# Best ways to grind up dog food...?



## Shelob (May 29, 2006)

Hello all, I am starting to get a little low on my dubia roach food, which I make myself, but since last time I made it I went through 2 coffee grinders, I was wondering if there is one better brand of coffee grinder than another.  I may have just burned the motor out in each one by doing too much grinding at a time. 

My food consists of -

Generic dog food
Generic cat food
Tropical fish flakes
Some brown sugar

Any ideas on how best to grind this stuff?


----------



## Stylopidae (May 29, 2006)

Have you tried a mechanical coffee grinder?


----------



## GoTerps (May 29, 2006)

I use a blender.


Eric


----------



## insect714 (May 29, 2006)

Evil Cheshire said:
			
		

> Have you tried a mechanical coffee grinder?


 :clap: Great advise Evil Cheshire  those are the best $12 you could spend, I have used one for the last few years.  So I too would have to say a coffee grinder would work well  not to mention that you could just put all the ingredients in and have it ground and mixed at the same time.

Jon   Insect714


----------



## Shelob (May 29, 2006)

Thanks for the tips, but on eBay I pretty much only saw electric or antique grinders...no modern mechanical ones...suggestions...?

Thanks again!


----------



## Stylopidae (May 29, 2006)

http://www.davidreedsmith.com/Articles/CoffeeGrinder/CoffeeGrinder.htm

http://www.pennstateind.com/Merchant2/merchant.mvc?

You could always make your own

And if you do, feel free to send one my way 
(of course, I'll pay for it)

I'm sure you can find some pre-made, but I have no idea where you'd go to find one. Wal-mart may have some mechanical ones, or talk to a coffee shop. Not like starbucks or anything, but a shop that specializes in coffee.


----------



## Scolopendra55 (May 29, 2006)

I put all my ingredients in a plastic ziplock bag and hammer the crap out of it


----------



## james (May 29, 2006)

*coffee bean grinder*

Just make sure not to buy food that is to large or it doesn't work as well.

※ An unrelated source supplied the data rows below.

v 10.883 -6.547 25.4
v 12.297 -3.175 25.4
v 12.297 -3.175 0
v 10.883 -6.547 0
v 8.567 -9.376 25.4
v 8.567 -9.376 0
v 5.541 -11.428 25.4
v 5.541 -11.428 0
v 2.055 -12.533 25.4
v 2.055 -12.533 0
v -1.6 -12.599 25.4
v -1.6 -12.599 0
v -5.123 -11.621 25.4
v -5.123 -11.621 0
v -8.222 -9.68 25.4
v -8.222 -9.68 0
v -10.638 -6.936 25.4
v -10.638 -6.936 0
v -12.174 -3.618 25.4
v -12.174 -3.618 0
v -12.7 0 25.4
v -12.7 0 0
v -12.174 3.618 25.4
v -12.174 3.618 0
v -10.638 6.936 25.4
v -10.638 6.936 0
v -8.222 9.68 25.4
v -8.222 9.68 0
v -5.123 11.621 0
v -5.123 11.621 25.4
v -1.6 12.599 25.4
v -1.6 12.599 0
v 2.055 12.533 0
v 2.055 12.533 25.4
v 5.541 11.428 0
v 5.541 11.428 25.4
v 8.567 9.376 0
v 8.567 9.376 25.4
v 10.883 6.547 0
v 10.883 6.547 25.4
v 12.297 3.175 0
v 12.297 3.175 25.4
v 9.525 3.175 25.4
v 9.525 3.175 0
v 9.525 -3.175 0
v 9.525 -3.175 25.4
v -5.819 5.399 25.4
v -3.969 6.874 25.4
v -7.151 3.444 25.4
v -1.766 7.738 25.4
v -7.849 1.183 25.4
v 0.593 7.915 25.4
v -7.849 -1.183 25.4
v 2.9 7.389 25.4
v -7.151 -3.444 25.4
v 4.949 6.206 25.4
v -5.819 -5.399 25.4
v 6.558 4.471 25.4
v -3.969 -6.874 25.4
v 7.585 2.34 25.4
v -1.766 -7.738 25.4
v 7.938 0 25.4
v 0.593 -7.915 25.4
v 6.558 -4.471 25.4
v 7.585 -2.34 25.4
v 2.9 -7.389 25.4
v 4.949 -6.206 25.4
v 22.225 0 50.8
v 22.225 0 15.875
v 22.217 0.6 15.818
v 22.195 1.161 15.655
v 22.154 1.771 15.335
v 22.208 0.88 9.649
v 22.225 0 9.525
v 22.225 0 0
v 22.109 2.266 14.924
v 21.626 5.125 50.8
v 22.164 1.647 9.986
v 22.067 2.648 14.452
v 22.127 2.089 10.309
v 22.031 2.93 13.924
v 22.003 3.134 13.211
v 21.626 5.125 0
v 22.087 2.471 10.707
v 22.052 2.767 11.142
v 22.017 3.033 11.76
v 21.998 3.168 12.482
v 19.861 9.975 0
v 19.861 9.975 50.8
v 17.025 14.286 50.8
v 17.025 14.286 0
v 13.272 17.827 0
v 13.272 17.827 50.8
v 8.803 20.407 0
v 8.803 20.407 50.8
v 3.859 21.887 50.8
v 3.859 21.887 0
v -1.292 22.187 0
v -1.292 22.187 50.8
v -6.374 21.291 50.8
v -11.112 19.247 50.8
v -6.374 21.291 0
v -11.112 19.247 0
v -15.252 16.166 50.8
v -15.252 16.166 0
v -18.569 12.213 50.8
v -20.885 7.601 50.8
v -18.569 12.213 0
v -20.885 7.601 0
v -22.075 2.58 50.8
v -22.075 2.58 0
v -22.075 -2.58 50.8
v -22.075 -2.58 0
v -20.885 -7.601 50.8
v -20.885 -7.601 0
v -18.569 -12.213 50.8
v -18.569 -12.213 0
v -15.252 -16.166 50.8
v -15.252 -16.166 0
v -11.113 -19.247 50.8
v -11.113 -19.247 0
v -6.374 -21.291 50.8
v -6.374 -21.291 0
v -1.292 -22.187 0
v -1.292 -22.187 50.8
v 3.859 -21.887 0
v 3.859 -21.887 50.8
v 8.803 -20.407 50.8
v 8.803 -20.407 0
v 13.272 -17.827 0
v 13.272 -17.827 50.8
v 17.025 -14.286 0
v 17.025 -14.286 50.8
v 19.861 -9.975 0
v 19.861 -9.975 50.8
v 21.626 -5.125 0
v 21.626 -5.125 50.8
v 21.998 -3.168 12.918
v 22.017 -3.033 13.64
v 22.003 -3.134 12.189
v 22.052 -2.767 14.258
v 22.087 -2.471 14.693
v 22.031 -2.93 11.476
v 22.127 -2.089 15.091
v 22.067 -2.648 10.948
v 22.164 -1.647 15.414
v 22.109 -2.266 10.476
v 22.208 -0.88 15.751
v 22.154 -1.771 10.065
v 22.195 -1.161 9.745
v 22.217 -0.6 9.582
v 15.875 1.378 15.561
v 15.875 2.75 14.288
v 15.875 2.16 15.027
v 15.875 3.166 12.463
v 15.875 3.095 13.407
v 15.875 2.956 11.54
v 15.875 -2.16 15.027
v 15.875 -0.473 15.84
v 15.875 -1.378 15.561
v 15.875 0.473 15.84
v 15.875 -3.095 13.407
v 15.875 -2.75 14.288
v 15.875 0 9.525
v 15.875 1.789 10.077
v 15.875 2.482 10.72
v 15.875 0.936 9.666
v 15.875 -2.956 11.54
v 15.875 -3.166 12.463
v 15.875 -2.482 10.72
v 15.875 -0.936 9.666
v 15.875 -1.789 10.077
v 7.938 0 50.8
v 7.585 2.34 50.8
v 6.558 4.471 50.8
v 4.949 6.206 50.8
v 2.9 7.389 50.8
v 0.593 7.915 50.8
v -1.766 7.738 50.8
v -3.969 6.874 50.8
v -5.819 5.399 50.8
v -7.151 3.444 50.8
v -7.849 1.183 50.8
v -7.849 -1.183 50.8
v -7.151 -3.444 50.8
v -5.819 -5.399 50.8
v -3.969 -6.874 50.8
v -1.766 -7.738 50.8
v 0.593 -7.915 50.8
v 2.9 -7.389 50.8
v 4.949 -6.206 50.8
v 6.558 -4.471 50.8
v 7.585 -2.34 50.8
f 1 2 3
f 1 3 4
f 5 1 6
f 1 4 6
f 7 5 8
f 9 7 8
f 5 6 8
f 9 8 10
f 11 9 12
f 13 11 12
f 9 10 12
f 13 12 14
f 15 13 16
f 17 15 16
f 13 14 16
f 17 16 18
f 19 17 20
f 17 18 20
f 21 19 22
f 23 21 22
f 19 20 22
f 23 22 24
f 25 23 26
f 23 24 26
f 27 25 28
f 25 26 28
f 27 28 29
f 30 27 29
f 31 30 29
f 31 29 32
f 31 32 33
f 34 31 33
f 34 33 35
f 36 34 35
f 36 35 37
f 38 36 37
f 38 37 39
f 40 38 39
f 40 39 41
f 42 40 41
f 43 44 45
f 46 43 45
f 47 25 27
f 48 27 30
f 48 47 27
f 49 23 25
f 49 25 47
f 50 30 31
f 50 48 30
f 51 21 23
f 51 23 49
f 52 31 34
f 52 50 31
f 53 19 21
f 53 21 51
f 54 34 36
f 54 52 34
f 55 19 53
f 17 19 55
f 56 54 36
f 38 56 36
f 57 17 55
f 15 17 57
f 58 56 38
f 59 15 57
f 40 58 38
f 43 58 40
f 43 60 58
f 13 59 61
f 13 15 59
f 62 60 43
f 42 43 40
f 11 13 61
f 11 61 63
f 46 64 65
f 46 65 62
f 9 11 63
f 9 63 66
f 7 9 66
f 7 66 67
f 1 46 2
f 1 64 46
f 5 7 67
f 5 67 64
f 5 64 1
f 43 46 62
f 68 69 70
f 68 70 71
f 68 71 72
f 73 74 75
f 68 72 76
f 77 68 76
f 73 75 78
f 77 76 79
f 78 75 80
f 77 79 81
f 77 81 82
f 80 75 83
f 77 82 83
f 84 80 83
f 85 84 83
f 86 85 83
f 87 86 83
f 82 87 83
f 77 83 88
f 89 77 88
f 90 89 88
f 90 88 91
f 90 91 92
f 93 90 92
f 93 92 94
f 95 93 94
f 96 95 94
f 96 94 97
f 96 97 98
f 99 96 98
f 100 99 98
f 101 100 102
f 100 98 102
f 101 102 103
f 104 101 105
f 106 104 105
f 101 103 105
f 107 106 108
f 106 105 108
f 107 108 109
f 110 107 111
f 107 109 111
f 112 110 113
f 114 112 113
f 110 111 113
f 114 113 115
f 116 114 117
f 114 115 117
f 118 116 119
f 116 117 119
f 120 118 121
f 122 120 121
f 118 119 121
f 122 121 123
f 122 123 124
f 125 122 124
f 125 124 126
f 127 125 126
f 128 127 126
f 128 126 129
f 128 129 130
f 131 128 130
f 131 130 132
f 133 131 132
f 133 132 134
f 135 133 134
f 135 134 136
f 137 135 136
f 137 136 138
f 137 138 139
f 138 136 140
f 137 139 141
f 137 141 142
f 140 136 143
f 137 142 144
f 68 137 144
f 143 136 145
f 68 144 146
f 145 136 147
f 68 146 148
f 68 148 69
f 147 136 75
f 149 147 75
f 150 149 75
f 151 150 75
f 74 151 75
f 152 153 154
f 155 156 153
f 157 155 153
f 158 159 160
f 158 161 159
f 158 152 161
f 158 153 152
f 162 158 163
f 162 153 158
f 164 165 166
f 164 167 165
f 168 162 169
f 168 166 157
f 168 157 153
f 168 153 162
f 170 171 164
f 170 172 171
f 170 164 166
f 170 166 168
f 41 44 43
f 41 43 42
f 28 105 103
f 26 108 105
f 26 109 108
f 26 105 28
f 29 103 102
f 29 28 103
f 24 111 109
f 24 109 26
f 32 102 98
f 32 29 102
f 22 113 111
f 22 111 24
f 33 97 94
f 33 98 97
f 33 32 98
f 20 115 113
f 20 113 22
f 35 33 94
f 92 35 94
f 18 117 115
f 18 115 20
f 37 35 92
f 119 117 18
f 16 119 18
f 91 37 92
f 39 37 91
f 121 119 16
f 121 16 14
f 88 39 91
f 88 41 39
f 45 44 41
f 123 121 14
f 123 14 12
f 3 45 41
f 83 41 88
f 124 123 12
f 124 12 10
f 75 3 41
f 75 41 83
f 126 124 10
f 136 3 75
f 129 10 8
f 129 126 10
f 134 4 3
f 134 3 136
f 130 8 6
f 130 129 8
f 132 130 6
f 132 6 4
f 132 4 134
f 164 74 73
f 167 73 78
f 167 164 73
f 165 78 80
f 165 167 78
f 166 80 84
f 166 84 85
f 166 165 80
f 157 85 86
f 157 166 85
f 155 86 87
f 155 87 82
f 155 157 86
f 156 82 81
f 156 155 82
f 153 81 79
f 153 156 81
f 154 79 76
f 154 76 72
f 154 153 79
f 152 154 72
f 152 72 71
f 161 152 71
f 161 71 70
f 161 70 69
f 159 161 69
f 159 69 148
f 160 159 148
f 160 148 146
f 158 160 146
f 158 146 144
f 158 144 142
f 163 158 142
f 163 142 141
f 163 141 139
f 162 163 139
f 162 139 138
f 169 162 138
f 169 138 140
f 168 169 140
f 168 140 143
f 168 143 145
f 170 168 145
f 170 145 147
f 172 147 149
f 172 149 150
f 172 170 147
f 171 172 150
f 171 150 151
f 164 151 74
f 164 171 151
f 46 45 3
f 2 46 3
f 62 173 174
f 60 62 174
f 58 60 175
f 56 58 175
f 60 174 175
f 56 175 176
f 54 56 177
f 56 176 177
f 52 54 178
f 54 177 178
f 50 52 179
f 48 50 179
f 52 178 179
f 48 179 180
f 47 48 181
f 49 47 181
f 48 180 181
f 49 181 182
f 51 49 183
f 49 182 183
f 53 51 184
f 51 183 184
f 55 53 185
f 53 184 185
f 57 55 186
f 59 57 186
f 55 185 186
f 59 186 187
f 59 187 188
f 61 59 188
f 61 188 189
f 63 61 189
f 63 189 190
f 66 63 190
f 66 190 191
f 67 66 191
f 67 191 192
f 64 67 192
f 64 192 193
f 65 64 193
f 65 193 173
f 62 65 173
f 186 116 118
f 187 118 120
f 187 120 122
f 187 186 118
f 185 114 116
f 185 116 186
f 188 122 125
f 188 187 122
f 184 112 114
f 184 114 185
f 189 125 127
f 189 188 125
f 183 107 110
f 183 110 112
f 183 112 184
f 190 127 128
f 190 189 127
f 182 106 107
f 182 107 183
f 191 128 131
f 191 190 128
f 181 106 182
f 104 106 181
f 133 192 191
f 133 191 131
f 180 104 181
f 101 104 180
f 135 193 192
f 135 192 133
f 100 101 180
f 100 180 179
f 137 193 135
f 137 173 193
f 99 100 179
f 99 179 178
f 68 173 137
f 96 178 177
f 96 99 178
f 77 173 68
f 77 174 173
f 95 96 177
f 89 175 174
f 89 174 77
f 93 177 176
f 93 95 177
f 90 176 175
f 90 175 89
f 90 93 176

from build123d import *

# Parameters (mm, degrees)
CYLINDER001_R           = 3.175
CYLINDER001_DEPTH       = 25.4
CYLINDER001_PITCH_ANGLE = 90
CYLINDER_R              = 22.225
CYLINDER_DEPTH          = 50.8
SKETCH_R                = 7.9375
POCKET_DEPTH            = 50.801
SKETCH001_R             = 12.7
POCKET001_DEPTH         = 25.4
SKETCH002_W             = 6.35
SKETCH002_H             = 6.35
PAD_DEPTH               = 25.4


with BuildPart() as cylinder001:
    # Cylinder001 → Cylinder001 (new body)
    with BuildSketch(Plane.XY):
        Circle(CYLINDER001_R)
    extrude(amount=CYLINDER001_DEPTH)


with BuildPart() as cylinder001_1:
    # Cylinder001 pitch: moved
    add(cylinder001.part.rotate(Axis((0, 0, 0), (0, 1, 0)), CYLINDER001_PITCH_ANGLE))


with BuildPart() as cylinder001_2:
    # Cylinder001 placement: moved
    add(cylinder001_1.part.moved(Location((1.93153, 0, 12.7))))


with BuildPart() as f_0_25in_key:
    # Cylinder → Cylinder (new body)
    with BuildSketch(Plane.XY):
        Circle(CYLINDER_R)
    extrude(amount=CYLINDER_DEPTH)

    # Sketch → Pocket (cut, through all)
    with BuildSketch(Plane.XY.offset(50.8)):
        Circle(SKETCH_R)
    extrude(amount=-POCKET_DEPTH, mode=Mode.SUBTRACT)

    # Cut: cut Cylinder001
    add(cylinder001_2.part, mode=Mode.SUBTRACT)

    # Sketch001 → Pocket001 (cut)
    with BuildSketch(Plane(origin=(0, 0, 0), x_dir=(1, 0, 0), z_dir=(0, 0, -1))):
        Circle(SKETCH001_R)
    extrude(amount=-POCKET001_DEPTH, mode=Mode.SUBTRACT)

    # Sketch002 → Pad (new body)
    with BuildSketch(Plane(origin=(0, 0, 0), x_dir=(1, 0, 0), z_dir=(0, 0, -1))):
        with Locations((12.7, 0)):
            Rectangle(SKETCH002_W, SKETCH002_H)
    extrude(amount=-PAD_DEPTH)


solid = f_0_25in_key.part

I also use fish food, small amount of cat food, oats, bran, bee pollen, baby cereal, and to many of darn things to list!!!!!
James
www.blaberus.com


----------



## Shelob (May 31, 2006)

Erg, guess I will have to do a bit more research here


----------



## Digby Rigby (May 31, 2006)

*Grinders*

You want something that can grind all day long.  You want something that can chew through anything and take a pounding without batting an eye like that cute little number at Starbucks.  You want a restaurant/industrial grade grinder.  Therefore go to a restaurant supply place or look for the manufacturer of the grinders in your locale starbucks.  Wow I just realized I recycled the first two sentences from a different subject!  if you know what I mean!

Digby Rigby
DigbyRigby@exoticfeeders.com

Safe sex means no witnesses!


----------



## Beardo (Jun 1, 2006)

I also use a blender with decent success.


----------



## Israel2004 (Jun 1, 2006)

I use a old fashion meat grinder, bought at the local Amvets.
Go to any local Amvets, Salvation army, or similar store and you'll find one.
I swear everyone of those stores around me has at lest one sitting on the shelves for no more then 8 dollars.


----------



## kitty_b (Jun 1, 2006)

i've been using a pair of plyers, just crushing dog food while i watch tv.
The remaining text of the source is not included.